Konvent Evangelischer Gemeinden aus Pommern |
In Hinterpommern leben heute - von Stettin, Treptow, Kloxin, über Schivelbein, Belgard, Köslin, Neustettin, Gr. Volz, Stolp, Glowitz, Gr. Garde bis Rakitt - nur noch wenige evangelische Deutsche in weit zerstreuter Diaspora. Betreut von der Evangelischen Kirche Polens mühen sie sich um kirchlichen Zusammenhalt. Reisen in die alte Heimat sollten dazu genutzt werden, durch persönliche Begegnungen und Besuche der Gottesdienste diese kleine Schar im Glauben zu stärken. Dieses ist nach Ansicht der Ehrenvorsitzenden Dr. Rita Scheller ihre Lebensaufgabe.
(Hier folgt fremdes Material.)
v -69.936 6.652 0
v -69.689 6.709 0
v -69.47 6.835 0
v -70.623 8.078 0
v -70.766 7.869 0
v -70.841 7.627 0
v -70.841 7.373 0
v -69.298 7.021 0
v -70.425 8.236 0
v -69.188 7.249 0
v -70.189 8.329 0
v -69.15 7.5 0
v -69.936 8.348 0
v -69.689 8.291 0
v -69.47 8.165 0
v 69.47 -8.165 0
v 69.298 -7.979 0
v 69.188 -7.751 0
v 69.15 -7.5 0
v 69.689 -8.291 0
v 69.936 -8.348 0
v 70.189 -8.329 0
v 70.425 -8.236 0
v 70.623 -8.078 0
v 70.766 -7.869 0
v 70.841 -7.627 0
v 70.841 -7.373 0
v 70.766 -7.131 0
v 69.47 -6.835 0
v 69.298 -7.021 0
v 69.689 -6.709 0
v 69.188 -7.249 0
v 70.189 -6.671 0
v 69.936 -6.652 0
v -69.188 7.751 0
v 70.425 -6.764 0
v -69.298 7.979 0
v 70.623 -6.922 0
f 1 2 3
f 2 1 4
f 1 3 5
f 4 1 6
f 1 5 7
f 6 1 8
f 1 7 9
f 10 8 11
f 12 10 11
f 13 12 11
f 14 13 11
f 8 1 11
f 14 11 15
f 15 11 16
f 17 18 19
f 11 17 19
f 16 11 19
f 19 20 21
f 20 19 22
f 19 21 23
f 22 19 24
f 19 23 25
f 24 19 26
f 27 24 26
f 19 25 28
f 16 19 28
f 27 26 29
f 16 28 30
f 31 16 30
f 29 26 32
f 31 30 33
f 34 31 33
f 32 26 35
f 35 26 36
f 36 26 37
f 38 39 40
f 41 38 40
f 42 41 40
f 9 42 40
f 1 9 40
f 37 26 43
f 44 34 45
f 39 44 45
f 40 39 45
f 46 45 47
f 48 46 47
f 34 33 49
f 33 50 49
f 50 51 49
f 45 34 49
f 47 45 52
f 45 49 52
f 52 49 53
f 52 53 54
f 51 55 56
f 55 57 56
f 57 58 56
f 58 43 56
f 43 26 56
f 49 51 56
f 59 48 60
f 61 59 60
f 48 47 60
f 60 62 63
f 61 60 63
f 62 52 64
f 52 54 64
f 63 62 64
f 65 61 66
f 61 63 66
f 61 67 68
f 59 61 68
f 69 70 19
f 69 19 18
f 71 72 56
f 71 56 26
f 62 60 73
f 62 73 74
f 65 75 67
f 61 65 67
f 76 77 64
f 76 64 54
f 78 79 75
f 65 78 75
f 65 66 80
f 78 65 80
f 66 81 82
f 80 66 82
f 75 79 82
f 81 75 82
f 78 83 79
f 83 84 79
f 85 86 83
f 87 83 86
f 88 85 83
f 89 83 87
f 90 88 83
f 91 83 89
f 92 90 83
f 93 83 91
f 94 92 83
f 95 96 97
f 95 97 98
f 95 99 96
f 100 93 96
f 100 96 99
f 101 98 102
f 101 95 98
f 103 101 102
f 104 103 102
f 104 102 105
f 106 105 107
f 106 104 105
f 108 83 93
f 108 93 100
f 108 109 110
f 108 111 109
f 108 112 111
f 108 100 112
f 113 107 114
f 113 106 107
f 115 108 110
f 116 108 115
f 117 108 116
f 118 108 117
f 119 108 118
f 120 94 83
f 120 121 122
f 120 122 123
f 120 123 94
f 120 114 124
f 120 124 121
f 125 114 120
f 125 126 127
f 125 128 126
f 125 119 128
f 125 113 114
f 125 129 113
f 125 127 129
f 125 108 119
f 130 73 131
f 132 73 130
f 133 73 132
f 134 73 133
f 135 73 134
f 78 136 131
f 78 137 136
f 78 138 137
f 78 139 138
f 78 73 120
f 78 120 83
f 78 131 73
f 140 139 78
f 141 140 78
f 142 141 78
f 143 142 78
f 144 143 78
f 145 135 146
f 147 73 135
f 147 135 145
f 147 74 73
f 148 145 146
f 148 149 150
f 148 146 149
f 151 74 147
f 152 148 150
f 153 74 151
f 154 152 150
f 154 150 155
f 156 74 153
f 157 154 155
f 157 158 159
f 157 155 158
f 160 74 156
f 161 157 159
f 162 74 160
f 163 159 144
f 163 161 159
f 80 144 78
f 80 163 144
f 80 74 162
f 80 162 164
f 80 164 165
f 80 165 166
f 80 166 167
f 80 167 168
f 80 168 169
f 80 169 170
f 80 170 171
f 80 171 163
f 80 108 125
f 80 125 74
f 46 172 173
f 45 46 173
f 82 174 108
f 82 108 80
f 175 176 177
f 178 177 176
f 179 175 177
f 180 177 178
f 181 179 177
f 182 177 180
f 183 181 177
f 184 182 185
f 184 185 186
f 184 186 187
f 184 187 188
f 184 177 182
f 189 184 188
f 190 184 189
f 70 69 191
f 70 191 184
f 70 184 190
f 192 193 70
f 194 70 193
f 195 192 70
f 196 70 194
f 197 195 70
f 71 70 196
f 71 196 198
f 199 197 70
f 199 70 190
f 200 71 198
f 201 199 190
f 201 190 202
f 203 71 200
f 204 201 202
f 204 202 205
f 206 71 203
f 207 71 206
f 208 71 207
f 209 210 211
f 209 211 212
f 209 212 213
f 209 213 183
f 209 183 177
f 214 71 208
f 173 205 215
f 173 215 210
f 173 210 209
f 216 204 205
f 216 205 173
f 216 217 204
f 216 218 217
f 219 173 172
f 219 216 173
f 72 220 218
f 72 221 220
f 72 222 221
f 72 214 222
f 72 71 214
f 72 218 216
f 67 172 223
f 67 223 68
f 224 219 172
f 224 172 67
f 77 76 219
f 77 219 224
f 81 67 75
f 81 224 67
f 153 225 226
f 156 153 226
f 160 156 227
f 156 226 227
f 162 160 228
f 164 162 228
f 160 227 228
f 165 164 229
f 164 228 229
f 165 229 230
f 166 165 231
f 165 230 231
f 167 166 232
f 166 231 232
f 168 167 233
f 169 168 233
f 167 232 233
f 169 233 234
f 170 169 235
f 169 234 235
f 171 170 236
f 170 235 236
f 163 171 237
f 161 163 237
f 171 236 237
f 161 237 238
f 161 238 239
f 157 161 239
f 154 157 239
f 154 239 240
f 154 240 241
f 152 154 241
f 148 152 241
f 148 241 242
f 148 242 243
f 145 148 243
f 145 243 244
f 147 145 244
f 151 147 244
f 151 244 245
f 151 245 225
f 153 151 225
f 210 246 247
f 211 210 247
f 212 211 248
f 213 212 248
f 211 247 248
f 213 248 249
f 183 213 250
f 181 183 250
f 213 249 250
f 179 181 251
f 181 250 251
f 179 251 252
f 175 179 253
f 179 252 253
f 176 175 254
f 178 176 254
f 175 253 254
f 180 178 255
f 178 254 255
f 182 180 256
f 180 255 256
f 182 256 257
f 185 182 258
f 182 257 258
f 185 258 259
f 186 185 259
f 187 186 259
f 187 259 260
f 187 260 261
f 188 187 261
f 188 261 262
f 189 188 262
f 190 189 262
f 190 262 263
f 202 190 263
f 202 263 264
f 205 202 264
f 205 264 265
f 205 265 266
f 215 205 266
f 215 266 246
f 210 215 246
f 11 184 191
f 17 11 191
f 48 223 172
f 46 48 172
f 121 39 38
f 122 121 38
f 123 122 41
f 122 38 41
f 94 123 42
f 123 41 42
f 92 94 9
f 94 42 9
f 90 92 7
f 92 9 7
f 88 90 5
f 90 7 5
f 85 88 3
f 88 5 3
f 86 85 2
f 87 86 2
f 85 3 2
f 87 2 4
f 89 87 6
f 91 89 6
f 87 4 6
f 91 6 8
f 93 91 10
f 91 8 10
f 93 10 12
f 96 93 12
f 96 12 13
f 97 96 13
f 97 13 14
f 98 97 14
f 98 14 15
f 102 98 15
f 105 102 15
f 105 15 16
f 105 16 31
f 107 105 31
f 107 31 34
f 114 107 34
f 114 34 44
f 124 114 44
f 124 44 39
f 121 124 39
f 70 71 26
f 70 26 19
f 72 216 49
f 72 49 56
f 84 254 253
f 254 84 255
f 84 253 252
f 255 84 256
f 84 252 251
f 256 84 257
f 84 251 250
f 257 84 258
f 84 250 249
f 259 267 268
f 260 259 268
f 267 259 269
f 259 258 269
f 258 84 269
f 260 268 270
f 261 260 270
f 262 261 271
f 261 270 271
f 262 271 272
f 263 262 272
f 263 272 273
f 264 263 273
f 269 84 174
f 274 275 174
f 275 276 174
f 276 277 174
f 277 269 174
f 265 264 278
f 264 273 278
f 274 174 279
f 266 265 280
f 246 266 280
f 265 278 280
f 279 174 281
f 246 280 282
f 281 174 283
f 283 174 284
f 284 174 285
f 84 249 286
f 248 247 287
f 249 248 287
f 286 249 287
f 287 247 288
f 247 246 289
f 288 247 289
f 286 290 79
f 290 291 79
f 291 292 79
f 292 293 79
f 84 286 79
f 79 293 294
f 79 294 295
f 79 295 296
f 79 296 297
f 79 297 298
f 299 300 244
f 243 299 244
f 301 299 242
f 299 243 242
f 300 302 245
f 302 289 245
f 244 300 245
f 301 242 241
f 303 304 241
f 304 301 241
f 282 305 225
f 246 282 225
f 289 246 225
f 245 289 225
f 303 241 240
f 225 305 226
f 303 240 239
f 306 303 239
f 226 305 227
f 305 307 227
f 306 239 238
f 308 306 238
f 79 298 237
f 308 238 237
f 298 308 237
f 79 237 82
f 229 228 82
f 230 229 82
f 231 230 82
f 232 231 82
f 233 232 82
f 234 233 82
In Westdeutschland rief Pastor Gehlhoff 1948 die Pommern zu einem Pommerschen Kirchentag in Oldenburg i. O. zusammen. Dabei wurde der Konvent Evangelischer Gemeinden aus Pommern gegründet. Dies geschah in enger Zusammenarbeit mit dem Ostkirchenausschuss der EKD sowie mit den anderen Repräsentanten ehemaliger ostdeutscher evangelischer Kirchen.
Zunächst war die geistliche Betreuung der Heimatvertriebenen die wichtigste Aufgabe. Bald wurde jedoch die Unterstützung der in der alten Heimat verbliebenen Evangelischen wichtig. Deshalb wurde im März 1971 der Pommernkonvent zugleich Hilfskomitee und als eingetragener Verein auf eine breitere Basis gestellt.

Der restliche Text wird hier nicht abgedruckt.